▶ **About this exercise**
Produce word for word the lines of the data below running from the one that has "v12 (-50.8,76.2,-25.4)" to the one that has "v20 (-31.75,0,-12.7)", inclusive, and no others.
*** Given data ***
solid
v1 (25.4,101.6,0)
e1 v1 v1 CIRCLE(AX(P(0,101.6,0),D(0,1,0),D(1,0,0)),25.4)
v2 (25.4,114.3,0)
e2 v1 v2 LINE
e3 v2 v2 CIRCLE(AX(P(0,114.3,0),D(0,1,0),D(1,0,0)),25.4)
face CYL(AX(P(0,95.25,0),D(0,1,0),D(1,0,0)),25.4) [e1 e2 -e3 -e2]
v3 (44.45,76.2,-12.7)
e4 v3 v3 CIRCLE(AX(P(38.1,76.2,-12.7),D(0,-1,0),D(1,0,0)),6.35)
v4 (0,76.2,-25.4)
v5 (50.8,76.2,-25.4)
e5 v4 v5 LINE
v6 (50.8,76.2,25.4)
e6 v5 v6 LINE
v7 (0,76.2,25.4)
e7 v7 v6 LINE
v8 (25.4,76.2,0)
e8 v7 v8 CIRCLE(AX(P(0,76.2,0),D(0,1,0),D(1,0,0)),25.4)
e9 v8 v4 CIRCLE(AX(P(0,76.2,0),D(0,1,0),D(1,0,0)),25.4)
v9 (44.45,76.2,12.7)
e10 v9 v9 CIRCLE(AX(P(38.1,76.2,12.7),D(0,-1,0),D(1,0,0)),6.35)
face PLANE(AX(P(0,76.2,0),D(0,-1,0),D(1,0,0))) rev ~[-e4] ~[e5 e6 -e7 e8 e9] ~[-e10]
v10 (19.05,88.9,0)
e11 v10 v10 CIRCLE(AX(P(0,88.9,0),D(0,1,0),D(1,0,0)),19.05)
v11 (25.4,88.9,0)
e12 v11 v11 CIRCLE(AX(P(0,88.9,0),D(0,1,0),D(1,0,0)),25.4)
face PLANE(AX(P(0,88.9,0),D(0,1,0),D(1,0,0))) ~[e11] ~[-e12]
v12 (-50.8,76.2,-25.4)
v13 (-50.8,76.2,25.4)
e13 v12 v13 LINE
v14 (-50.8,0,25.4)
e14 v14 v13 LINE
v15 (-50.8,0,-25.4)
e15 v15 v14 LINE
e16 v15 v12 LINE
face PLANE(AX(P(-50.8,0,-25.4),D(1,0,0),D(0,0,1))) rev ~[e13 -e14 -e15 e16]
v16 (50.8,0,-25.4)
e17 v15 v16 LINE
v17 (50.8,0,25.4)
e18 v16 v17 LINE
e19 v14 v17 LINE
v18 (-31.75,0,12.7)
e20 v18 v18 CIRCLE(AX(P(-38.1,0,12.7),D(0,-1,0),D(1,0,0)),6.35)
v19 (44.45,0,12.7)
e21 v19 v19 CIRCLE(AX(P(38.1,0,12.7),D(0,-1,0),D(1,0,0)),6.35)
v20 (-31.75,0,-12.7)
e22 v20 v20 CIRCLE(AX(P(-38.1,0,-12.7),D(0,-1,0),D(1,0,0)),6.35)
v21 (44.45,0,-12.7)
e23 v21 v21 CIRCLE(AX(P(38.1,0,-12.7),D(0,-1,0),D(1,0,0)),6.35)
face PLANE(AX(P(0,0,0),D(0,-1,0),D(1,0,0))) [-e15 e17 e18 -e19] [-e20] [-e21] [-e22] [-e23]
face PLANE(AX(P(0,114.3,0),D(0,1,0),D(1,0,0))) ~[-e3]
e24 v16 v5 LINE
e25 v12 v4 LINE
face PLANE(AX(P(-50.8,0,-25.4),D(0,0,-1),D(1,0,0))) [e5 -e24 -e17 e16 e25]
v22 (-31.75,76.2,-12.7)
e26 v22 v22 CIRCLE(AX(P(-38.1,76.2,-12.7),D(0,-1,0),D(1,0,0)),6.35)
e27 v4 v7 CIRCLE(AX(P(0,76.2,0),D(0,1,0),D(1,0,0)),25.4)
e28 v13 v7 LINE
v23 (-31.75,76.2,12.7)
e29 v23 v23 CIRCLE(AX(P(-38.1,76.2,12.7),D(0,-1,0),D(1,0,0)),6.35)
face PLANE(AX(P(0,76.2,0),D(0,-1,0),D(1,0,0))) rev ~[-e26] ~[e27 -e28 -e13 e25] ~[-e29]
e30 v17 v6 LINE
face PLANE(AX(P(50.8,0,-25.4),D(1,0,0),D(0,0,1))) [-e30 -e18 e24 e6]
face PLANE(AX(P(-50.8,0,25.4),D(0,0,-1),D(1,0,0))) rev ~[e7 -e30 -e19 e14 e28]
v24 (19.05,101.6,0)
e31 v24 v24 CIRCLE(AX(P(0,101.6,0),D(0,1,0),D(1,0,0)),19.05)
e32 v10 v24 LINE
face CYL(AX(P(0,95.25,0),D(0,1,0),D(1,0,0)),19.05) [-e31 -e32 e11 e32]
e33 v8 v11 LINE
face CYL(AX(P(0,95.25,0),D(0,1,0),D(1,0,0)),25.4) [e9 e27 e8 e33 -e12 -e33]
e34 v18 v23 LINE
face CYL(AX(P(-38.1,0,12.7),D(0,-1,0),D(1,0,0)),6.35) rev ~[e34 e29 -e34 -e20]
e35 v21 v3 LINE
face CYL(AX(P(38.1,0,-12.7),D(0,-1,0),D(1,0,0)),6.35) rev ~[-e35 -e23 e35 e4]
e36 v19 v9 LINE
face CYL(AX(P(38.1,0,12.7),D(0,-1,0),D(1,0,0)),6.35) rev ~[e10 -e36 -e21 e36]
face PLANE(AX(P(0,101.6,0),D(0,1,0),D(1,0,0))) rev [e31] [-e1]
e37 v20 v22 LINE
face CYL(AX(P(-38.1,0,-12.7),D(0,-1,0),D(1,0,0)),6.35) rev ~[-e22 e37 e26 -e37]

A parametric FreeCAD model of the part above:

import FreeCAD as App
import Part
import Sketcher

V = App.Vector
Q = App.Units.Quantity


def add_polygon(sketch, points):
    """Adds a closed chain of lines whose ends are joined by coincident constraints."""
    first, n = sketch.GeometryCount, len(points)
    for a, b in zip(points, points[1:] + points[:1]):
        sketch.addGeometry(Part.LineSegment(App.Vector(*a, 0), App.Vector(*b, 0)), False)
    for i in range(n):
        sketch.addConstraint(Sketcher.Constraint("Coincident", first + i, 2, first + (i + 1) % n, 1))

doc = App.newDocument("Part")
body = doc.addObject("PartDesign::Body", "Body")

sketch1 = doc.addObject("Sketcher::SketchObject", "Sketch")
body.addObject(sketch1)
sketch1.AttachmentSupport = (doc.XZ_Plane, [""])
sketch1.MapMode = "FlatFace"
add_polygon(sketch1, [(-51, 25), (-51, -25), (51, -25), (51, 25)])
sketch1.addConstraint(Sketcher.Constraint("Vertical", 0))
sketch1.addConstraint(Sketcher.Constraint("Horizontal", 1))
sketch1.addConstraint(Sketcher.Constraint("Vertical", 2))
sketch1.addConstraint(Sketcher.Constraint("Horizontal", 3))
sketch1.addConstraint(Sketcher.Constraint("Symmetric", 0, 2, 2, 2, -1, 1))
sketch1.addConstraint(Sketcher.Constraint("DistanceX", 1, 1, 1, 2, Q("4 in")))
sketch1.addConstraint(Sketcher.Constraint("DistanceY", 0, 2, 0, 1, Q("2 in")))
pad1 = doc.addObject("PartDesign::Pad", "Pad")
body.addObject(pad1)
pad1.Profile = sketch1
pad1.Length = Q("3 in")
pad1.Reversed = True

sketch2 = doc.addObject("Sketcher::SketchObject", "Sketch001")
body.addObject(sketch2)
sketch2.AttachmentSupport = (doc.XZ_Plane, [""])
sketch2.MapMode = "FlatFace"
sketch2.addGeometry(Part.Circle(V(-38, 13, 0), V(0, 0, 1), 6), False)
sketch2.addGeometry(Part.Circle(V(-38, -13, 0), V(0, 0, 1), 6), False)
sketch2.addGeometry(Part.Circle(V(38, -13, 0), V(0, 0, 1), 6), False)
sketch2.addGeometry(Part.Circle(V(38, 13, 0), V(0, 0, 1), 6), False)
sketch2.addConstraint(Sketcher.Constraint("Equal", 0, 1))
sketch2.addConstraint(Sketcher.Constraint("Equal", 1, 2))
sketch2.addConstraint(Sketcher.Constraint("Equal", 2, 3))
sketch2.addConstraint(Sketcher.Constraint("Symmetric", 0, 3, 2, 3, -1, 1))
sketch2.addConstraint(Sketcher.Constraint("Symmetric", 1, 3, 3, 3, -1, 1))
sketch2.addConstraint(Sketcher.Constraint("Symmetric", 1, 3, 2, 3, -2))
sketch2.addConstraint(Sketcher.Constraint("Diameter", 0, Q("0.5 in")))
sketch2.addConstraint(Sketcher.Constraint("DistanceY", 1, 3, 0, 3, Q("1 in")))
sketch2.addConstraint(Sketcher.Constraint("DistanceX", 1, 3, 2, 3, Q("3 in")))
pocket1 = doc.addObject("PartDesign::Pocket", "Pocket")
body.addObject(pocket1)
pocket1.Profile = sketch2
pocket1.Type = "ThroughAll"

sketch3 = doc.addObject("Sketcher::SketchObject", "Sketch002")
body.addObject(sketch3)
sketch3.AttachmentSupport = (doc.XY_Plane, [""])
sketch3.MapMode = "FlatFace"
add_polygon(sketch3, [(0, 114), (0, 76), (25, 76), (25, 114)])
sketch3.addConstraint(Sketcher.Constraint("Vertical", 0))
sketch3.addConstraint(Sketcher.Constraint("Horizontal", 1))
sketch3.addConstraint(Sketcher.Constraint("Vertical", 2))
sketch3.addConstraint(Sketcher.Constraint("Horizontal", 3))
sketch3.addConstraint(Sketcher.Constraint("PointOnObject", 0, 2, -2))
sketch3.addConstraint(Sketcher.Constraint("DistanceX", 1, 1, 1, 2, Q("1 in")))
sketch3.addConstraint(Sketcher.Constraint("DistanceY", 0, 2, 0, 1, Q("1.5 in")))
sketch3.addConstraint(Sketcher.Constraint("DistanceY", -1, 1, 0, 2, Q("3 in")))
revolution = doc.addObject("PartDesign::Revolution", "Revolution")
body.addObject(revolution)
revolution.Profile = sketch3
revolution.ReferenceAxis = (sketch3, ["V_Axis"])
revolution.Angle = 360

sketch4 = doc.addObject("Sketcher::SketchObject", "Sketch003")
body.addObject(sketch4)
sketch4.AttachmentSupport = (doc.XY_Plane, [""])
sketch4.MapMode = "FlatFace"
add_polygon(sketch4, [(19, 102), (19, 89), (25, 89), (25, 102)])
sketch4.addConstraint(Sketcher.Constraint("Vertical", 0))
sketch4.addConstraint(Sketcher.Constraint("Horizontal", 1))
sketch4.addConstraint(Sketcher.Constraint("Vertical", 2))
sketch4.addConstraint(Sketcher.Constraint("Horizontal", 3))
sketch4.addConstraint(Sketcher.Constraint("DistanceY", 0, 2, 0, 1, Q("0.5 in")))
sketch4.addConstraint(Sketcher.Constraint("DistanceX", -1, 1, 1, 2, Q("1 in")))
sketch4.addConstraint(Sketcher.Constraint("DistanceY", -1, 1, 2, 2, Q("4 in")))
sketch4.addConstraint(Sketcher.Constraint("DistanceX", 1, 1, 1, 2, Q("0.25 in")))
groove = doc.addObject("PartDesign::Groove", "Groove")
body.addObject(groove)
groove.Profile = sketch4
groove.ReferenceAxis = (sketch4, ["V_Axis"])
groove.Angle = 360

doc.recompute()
*** End of Given data ***
▶ **Task response**
v12 (-50.8,76.2,-25.4)
v13 (-50.8,76.2,25.4)
e13 v12 v13 LINE
v14 (-50.8,0,25.4)
e14 v14 v13 LINE
v15 (-50.8,0,-25.4)
e15 v15 v14 LINE
e16 v15 v12 LINE
face PLANE(AX(P(-50.8,0,-25.4),D(1,0,0),D(0,0,1))) rev ~[e13 -e14 -e15 e16]
v16 (50.8,0,-25.4)
e17 v15 v16 LINE
v17 (50.8,0,25.4)
e18 v16 v17 LINE
e19 v14 v17 LINE
v18 (-31.75,0,12.7)
e20 v18 v18 CIRCLE(AX(P(-38.1,0,12.7),D(0,-1,0),D(1,0,0)),6.35)
v19 (44.45,0,12.7)
e21 v19 v19 CIRCLE(AX(P(38.1,0,12.7),D(0,-1,0),D(1,0,0)),6.35)
v20 (-31.75,0,-12.7)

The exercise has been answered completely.